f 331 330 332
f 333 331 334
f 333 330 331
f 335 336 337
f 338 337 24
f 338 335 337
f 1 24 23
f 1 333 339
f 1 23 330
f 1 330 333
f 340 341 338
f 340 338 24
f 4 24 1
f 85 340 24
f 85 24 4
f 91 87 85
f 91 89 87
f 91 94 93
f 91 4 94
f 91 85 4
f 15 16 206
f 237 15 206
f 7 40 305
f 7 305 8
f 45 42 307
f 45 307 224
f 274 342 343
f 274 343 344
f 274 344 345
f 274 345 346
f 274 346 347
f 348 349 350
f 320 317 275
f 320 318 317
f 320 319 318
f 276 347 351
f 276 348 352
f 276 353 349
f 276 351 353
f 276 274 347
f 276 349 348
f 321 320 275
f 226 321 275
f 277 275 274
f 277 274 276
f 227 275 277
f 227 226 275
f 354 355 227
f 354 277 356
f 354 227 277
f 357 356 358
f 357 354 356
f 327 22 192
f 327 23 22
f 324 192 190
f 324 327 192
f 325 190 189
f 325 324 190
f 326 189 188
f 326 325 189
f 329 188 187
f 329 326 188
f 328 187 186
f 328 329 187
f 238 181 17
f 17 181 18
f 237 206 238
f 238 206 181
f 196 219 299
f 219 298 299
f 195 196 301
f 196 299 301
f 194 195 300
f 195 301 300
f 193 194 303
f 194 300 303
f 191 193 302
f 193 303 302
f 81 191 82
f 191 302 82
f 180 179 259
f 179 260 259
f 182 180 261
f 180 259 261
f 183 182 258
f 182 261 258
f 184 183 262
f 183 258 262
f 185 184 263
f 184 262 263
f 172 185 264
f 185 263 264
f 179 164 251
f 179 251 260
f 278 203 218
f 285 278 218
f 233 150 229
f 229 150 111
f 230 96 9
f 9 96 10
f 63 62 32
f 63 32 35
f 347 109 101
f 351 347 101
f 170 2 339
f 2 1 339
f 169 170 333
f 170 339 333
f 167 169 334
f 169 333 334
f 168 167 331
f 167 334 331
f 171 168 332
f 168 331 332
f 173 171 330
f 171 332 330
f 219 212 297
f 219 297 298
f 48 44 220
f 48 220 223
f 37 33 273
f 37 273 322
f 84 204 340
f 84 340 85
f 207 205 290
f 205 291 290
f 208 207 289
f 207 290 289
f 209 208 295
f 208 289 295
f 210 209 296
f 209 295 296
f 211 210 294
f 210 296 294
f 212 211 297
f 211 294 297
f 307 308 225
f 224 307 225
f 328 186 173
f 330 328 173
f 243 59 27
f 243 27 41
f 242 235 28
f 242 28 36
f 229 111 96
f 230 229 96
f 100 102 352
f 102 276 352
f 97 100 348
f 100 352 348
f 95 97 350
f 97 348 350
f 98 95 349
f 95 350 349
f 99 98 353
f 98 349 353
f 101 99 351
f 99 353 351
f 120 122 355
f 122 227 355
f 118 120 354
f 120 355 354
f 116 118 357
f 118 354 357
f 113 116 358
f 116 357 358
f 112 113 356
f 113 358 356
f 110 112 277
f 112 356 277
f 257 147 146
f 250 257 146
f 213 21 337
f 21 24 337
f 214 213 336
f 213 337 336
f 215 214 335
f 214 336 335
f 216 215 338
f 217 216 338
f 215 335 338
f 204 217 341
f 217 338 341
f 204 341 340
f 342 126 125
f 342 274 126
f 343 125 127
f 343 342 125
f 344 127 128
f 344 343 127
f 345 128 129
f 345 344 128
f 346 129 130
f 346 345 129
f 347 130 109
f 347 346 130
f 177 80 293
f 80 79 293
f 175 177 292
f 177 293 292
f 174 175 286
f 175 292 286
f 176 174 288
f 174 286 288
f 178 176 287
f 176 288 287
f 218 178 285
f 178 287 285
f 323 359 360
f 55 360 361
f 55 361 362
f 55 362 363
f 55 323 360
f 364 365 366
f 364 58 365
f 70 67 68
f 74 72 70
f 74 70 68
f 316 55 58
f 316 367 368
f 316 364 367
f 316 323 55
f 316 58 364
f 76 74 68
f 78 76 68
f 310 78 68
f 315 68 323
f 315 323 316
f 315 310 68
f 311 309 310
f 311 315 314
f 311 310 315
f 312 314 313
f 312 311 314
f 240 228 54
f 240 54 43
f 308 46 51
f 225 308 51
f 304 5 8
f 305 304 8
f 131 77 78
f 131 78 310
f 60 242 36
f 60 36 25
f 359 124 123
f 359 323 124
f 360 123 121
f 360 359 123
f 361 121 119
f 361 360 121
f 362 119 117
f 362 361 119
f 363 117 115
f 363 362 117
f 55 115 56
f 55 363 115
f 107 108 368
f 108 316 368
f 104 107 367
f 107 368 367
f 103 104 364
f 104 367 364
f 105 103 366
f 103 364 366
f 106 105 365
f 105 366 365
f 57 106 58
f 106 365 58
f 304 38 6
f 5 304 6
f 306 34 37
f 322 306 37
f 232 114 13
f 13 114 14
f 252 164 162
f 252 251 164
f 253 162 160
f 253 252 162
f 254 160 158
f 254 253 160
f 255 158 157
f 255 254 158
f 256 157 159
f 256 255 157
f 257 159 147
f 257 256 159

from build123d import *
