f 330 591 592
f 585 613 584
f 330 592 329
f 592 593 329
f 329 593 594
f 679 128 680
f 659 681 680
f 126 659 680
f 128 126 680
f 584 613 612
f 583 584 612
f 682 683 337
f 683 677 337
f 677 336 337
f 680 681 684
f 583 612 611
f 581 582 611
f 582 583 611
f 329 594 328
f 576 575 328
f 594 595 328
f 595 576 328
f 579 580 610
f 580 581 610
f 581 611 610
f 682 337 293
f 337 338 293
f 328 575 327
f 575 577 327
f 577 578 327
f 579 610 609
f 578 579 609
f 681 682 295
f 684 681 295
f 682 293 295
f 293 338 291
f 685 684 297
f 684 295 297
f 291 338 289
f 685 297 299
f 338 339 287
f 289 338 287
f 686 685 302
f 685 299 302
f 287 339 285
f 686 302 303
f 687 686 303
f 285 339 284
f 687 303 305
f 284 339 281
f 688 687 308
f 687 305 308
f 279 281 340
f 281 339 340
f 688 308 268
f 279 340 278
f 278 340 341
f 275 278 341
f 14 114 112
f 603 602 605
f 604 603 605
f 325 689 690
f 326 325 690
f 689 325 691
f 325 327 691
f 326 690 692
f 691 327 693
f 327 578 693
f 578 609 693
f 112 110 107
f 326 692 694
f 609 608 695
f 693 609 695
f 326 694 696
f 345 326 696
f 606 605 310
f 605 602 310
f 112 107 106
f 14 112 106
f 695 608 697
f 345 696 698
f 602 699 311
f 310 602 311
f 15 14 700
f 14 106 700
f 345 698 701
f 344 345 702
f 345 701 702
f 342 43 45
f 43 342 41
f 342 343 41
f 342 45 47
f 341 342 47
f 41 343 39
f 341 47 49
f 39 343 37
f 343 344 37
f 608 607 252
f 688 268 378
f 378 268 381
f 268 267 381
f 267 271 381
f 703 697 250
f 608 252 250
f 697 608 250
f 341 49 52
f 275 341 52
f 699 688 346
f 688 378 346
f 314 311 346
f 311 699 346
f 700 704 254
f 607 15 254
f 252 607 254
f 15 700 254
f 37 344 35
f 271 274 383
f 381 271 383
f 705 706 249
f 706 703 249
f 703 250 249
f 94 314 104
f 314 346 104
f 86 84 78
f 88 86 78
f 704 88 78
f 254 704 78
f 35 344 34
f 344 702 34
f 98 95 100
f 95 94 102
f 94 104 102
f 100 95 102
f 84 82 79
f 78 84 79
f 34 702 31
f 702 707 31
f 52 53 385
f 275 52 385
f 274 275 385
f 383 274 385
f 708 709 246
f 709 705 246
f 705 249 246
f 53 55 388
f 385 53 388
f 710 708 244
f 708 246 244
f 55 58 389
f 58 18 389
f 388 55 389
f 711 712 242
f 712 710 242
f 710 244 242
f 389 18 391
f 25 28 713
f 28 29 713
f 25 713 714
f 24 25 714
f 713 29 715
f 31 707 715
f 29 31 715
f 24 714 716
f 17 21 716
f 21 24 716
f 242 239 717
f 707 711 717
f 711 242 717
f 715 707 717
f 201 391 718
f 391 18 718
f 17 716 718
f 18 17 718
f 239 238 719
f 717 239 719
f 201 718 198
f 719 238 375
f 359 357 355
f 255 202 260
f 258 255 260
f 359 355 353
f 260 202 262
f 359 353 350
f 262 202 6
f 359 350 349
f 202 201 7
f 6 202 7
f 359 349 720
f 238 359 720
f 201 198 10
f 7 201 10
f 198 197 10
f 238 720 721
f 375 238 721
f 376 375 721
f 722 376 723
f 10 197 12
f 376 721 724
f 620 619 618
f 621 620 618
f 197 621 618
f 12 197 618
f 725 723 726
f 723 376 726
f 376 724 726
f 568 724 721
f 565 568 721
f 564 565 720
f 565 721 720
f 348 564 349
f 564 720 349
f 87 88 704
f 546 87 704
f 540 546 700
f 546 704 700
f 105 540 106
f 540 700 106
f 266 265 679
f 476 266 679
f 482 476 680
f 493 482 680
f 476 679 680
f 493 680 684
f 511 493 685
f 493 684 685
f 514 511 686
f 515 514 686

§

Begin at the line above that has "f 305 304 8" and stop after the line that has "f 595 576 328", copying each line exactly and adding nothing else.

● Written reply
f 305 304 8
f 131 77 78
f 131 78 310
f 60 242 36
f 60 36 25
f 359 124 123
f 359 323 124
f 360 123 121
f 360 359 123
f 361 121 119
f 361 360 121
f 362 119 117
f 362 361 119
f 363 117 115
f 363 362 117
f 55 115 56
f 55 363 115
f 107 108 368
f 108 316 368
f 104 107 367
f 107 368 367
f 103 104 364
f 104 367 364
f 105 103 366
f 103 364 366
f 106 105 365
f 105 366 365
f 57 106 58
f 106 365 58
f 304 38 6
f 5 304 6
f 306 34 37
f 322 306 37
f 232 114 13
f 13 114 14
f 252 164 162
f 252 251 164
f 253 162 160
f 253 252 162
f 254 160 158
f 254 253 160
f 255 158 157
f 255 254 158
f 256 157 159
f 256 255 157
f 257 159 147
f 257 256 159

from build123d import *
f 330 591 592
f 585 613 584
f 330 592 329
f 592 593 329
f 329 593 594
f 679 128 680
f 659 681 680
f 126 659 680
f 128 126 680
f 584 613 612
f 583 584 612
f 682 683 337
f 683 677 337
f 677 336 337
f 680 681 684
f 583 612 611
f 581 582 611
f 582 583 611
f 329 594 328
f 576 575 328
f 594 595 328
f 595 576 328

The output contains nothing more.